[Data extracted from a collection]

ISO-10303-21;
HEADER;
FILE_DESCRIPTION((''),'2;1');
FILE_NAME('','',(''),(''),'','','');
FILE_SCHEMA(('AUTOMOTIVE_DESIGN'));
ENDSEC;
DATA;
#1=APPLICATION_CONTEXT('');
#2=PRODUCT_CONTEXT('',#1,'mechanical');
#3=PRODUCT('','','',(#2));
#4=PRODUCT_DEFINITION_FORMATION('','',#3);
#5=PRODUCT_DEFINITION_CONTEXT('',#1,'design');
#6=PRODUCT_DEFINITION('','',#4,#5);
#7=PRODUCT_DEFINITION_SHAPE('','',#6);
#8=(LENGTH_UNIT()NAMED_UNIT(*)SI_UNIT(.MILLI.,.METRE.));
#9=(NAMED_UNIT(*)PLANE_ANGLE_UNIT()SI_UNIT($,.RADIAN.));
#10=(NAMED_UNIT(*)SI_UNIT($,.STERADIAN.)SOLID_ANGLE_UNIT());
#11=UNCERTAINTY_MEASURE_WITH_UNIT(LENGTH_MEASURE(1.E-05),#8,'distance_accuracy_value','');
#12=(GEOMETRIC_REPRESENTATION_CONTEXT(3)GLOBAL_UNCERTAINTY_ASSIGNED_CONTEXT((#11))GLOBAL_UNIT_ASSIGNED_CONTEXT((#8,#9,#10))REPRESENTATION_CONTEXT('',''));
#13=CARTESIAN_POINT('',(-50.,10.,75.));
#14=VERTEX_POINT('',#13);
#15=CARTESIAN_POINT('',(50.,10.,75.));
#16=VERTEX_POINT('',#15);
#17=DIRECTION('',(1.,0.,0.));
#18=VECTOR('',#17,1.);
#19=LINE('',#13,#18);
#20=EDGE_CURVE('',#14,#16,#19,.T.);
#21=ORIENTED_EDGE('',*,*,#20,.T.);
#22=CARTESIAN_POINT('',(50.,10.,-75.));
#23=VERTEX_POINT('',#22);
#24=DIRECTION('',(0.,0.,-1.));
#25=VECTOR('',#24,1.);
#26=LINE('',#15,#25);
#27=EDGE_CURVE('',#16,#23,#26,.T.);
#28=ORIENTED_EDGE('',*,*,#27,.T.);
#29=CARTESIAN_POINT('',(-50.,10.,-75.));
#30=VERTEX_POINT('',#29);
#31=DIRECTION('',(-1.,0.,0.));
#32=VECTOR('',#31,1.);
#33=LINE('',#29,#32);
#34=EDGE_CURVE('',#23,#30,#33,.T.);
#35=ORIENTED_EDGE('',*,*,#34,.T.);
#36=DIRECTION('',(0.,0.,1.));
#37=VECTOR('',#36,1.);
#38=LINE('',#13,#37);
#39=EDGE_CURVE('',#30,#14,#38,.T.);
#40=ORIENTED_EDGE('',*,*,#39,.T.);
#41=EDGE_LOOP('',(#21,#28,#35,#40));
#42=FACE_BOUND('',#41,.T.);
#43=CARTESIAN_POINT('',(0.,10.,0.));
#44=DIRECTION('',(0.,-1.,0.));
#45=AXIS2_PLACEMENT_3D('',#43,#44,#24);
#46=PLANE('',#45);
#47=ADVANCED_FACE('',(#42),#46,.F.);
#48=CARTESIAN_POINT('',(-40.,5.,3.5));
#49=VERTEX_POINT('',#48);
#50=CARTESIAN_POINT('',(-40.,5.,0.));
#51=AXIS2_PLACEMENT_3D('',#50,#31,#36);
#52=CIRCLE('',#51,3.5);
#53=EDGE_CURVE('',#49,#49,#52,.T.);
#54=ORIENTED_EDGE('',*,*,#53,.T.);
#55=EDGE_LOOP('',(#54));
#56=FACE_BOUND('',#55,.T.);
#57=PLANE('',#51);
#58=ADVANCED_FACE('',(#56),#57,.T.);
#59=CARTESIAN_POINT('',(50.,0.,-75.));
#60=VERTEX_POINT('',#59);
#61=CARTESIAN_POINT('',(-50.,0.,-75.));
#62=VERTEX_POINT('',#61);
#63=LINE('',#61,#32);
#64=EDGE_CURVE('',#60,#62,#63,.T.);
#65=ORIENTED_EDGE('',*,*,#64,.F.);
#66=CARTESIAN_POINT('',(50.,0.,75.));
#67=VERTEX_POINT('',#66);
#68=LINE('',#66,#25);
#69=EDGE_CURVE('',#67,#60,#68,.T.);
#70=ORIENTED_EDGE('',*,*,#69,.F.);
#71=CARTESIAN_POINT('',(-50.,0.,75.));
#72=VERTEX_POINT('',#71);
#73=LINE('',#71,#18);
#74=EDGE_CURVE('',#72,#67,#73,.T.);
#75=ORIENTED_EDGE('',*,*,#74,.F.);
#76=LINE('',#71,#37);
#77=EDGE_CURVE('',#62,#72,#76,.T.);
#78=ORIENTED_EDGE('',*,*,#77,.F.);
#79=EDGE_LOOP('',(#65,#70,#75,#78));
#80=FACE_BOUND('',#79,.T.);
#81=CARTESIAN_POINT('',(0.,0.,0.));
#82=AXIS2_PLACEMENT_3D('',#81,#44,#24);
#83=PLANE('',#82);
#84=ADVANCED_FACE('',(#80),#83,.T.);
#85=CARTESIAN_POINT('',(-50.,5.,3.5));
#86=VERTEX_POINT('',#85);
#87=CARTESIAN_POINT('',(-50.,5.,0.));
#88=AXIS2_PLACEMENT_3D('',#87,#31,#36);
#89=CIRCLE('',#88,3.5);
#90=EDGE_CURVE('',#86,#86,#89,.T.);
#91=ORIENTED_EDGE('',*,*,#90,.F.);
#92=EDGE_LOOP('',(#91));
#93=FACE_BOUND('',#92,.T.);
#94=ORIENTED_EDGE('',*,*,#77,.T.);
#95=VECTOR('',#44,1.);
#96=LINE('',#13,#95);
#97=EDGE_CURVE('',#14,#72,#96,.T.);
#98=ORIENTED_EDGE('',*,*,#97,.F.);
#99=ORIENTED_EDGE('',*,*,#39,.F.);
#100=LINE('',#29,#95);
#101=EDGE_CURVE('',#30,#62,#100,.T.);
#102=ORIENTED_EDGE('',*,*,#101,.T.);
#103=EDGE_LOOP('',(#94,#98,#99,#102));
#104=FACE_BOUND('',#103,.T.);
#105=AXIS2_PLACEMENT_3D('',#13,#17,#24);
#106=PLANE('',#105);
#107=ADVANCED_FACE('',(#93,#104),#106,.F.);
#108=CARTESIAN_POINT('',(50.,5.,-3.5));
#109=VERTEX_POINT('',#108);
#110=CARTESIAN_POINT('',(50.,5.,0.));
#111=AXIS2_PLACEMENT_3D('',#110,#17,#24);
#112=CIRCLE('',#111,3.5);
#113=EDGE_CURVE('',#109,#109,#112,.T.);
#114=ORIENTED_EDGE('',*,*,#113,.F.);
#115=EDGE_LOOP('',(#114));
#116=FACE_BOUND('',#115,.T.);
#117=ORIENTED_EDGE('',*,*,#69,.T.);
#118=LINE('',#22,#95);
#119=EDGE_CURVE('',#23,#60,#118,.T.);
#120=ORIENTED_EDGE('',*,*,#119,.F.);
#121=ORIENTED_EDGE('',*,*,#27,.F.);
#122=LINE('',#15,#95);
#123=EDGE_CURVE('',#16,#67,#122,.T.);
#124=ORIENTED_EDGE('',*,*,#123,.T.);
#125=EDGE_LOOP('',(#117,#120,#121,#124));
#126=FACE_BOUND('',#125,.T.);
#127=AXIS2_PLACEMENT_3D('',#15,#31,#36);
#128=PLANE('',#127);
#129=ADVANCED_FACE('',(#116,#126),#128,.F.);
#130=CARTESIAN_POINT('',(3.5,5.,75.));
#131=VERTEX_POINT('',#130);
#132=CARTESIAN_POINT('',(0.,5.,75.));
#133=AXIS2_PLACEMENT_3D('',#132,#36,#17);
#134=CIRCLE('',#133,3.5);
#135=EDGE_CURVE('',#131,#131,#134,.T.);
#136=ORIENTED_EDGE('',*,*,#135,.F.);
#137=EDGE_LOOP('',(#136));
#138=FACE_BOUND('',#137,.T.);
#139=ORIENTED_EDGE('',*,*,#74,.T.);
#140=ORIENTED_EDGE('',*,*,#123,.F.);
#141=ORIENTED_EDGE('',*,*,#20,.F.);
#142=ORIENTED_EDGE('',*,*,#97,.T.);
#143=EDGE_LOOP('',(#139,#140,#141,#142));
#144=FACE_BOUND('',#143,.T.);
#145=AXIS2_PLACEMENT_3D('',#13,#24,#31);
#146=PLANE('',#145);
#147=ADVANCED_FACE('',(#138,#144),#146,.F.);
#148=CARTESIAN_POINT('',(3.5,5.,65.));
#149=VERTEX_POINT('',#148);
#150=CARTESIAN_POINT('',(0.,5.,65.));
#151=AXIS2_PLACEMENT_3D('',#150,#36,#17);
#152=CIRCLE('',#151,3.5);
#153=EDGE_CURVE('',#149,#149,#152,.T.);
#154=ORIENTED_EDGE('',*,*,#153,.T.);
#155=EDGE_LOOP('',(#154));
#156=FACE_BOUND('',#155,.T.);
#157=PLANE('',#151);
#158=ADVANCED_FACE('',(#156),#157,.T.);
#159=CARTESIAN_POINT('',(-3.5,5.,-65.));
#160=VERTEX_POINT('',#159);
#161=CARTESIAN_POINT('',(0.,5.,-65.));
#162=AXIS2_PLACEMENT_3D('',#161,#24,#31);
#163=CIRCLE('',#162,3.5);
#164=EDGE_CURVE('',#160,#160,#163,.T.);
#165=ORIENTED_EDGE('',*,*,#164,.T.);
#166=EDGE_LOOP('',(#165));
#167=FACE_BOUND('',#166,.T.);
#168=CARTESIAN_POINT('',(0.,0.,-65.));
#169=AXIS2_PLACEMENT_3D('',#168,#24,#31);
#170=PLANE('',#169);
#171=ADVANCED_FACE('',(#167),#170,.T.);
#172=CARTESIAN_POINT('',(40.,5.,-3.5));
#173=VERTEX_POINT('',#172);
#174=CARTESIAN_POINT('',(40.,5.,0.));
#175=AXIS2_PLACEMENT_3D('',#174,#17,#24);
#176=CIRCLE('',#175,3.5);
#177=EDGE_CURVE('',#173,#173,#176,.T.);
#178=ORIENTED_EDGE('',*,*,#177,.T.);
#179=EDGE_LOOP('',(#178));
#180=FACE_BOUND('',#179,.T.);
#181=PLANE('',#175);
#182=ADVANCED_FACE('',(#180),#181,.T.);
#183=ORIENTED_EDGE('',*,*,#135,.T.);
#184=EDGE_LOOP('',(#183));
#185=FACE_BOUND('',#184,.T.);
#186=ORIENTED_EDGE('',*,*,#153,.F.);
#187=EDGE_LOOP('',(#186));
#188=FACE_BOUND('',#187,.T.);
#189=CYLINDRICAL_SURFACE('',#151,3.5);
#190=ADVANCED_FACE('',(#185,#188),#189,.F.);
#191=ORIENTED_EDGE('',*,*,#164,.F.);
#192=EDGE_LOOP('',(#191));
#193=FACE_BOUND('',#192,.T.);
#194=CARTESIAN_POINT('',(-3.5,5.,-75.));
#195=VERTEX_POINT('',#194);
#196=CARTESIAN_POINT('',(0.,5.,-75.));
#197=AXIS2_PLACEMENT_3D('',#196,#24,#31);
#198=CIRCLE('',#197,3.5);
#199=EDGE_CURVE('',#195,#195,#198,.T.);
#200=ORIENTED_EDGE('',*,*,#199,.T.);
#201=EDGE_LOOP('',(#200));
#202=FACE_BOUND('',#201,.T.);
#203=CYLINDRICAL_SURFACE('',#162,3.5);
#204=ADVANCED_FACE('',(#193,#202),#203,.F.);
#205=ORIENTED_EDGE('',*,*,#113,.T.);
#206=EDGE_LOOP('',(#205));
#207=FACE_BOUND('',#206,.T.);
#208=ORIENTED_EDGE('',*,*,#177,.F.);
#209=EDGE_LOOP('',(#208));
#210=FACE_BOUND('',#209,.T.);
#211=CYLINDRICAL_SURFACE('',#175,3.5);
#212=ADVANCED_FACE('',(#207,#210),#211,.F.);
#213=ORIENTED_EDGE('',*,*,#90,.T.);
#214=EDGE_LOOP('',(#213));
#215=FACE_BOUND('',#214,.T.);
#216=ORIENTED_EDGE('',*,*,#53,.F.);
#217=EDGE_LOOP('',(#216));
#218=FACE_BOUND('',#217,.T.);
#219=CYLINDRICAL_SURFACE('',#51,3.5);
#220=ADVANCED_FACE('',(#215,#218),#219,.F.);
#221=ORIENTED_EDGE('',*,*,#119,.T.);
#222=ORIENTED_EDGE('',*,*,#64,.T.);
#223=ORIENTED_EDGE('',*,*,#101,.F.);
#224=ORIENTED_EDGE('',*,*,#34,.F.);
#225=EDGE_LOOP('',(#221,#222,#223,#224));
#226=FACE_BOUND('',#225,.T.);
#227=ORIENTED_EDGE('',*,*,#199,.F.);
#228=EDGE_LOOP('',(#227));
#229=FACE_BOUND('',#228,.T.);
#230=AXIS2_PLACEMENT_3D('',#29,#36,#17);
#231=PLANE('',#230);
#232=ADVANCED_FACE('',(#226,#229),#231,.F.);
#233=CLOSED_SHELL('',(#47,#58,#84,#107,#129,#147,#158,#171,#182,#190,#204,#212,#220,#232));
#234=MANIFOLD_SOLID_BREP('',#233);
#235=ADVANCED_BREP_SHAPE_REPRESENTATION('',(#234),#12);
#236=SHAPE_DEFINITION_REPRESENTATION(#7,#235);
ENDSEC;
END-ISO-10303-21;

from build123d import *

# Parameters (mm, degrees)
SKETCH_1_W          = 100
SKETCH_1_H          = 150
EXTRUDE_1_DEPTH     = 10
SKETCH_2_R          = 3.5
CUT_EXTRUDE_1_DEPTH = 10
SKETCH_3_R          = 3.5
CUT_EXTRUDE_2_DEPTH = 10
CUT_EXTRUDE_3_DEPTH = 10
SKETCH_5_R          = 3.5
CUT_EXTRUDE_4_DEPTH = 10


with BuildPart() as part:
    # 草图1 → 凸台-拉伸1 (new body)
    with BuildSketch(Plane(origin=(0, 0, 0), x_dir=(1, 0, 0), z_dir=(0, 1, 0))):
        Rectangle(SKETCH_1_W, SKETCH_1_H)
    extrude(amount=EXTRUDE_1_DEPTH)

    # 草图2 → 切除-拉伸1 (cut)
    with BuildSketch(Plane.XY.offset(75)):
        with Locations((0, 5)):
            Circle(SKETCH_2_R)
    extrude(amount=-CUT_EXTRUDE_1_DEPTH, mode=Mode.SUBTRACT)

    # 草图3 → 切除-拉伸2 (cut)
    with BuildSketch(Plane(origin=(50, 0, 0), x_dir=(0, 0, -1), z_dir=(1, 0, 0))):
        with Locations((0, 5)):
            Circle(SKETCH_3_R)
    extrude(amount=-CUT_EXTRUDE_2_DEPTH, mode=Mode.SUBTRACT)

    # 草图4 → 切除-拉伸3 (cut)
    with BuildSketch(Plane(origin=(0, 0, -75), x_dir=(-1, 0, 0), z_dir=(0, 0, -1))):
        with BuildLine():
            ThreePointArc((3.482630166, 5.348263017), (0, 8.5), (-3.482630166, 5.348263017))
            Line((-3.482630166, 5.348263017), (0, 5))
            Line((0, 5), (3.482630166, 5.348263017))
        make_face()
        with BuildLine():
            Line((0, 5), (-3.482630166, 5.348263017))
            ThreePointArc((-3.482630166, 5.348263017), (-3.5, 5), (-3.482630166, 4.651736983))
            Line((-3.482630166, 4.651736983), (0, 5))
        make_face()
        with BuildLine():
            Line((3.482630166, 5.348263017), (0, 5))
            Line((0, 5), (3.482630166, 4.651736983))
            ThreePointArc((3.482630166, 4.651736983), (3.495654844, 4.825652043), (3.5, 5))
            ThreePointArc((3.5, 5), (3.495654844, 5.174347957), (3.482630166, 5.348263017))
        make_face()
        with BuildLine():
            Line((3.482630166, 4.651736983), (0, 5))
            Line((0, 5), (-3.482630166, 4.651736983))
            ThreePointArc((-3.482630166, 4.651736983), (0, 1.5), (3.482630166, 4.651736983))
        make_face()
    extrude(amount=-CUT_EXTRUDE_3_DEPTH, mode=Mode.SUBTRACT)

    # 草图5 → 切除-拉伸4 (cut)
    with BuildSketch(Plane.ZY.offset(50)):
        with Locations((0, 5)):
            Circle(SKETCH_5_R)
    extrude(amount=-CUT_EXTRUDE_4_DEPTH, mode=Mode.SUBTRACT)


solid = part.part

Assignment
Using the data above, repeat exactly the lines that begin at the line with "#149=VERTEX_POINT('',#148);" and end at the line with "#205=ORIENTED_EDGE('',*,*,#113,.T.);", both ends included.

Exercise answer
#149=VERTEX_POINT('',#148);
#150=CARTESIAN_POINT('',(0.,5.,65.));
#151=AXIS2_PLACEMENT_3D('',#150,#36,#17);
#152=CIRCLE('',#151,3.5);
#153=EDGE_CURVE('',#149,#149,#152,.T.);
#154=ORIENTED_EDGE('',*,*,#153,.T.);
#155=EDGE_LOOP('',(#154));
#156=FACE_BOUND('',#155,.T.);
#157=PLANE('',#151);
#158=ADVANCED_FACE('',(#156),#157,.T.);
#159=CARTESIAN_POINT('',(-3.5,5.,-65.));
#160=VERTEX_POINT('',#159);
#161=CARTESIAN_POINT('',(0.,5.,-65.));
#162=AXIS2_PLACEMENT_3D('',#161,#24,#31);
#163=CIRCLE('',#162,3.5);
#164=EDGE_CURVE('',#160,#160,#163,.T.);
#165=ORIENTED_EDGE('',*,*,#164,.T.);
#166=EDGE_LOOP('',(#165));
#167=FACE_BOUND('',#166,.T.);
#168=CARTESIAN_POINT('',(0.,0.,-65.));
#169=AXIS2_PLACEMENT_3D('',#168,#24,#31);
#170=PLANE('',#169);
#171=ADVANCED_FACE('',(#167),#170,.T.);
#172=CARTESIAN_POINT('',(40.,5.,-3.5));
#173=VERTEX_POINT('',#172);
#174=CARTESIAN_POINT('',(40.,5.,0.));
#175=AXIS2_PLACEMENT_3D('',#174,#17,#24);
#176=CIRCLE('',#175,3.5);
#177=EDGE_CURVE('',#173,#173,#176,.T.);
#178=ORIENTED_EDGE('',*,*,#177,.T.);
#179=EDGE_LOOP('',(#178));
#180=FACE_BOUND('',#179,.T.);
#181=PLANE('',#175);
#182=ADVANCED_FACE('',(#180),#181,.T.);
#183=ORIENTED_EDGE('',*,*,#135,.T.);
#184=EDGE_LOOP('',(#183));
#185=FACE_BOUND('',#184,.T.);
#186=ORIENTED_EDGE('',*,*,#153,.F.);
#187=EDGE_LOOP('',(#186));
#188=FACE_BOUND('',#187,.T.);
#189=CYLINDRICAL_SURFACE('',#151,3.5);
#190=ADVANCED_FACE('',(#185,#188),#189,.F.);
#191=ORIENTED_EDGE('',*,*,#164,.F.);
#192=EDGE_LOOP('',(#191));
#193=FACE_BOUND('',#192,.T.);
#194=CARTESIAN_POINT('',(-3.5,5.,-75.));
#195=VERTEX_POINT('',#194);
#196=CARTESIAN_POINT('',(0.,5.,-75.));
#197=AXIS2_PLACEMENT_3D('',#196,#24,#31);
#198=CIRCLE('',#197,3.5);
#199=EDGE_CURVE('',#195,#195,#198,.T.);
#200=ORIENTED_EDGE('',*,*,#199,.T.);
#201=EDGE_LOOP('',(#200));
#202=FACE_BOUND('',#201,.T.);
#203=CYLINDRICAL_SURFACE('',#162,3.5);
#204=ADVANCED_FACE('',(#193,#202),#203,.F.);
#205=ORIENTED_EDGE('',*,*,#113,.T.);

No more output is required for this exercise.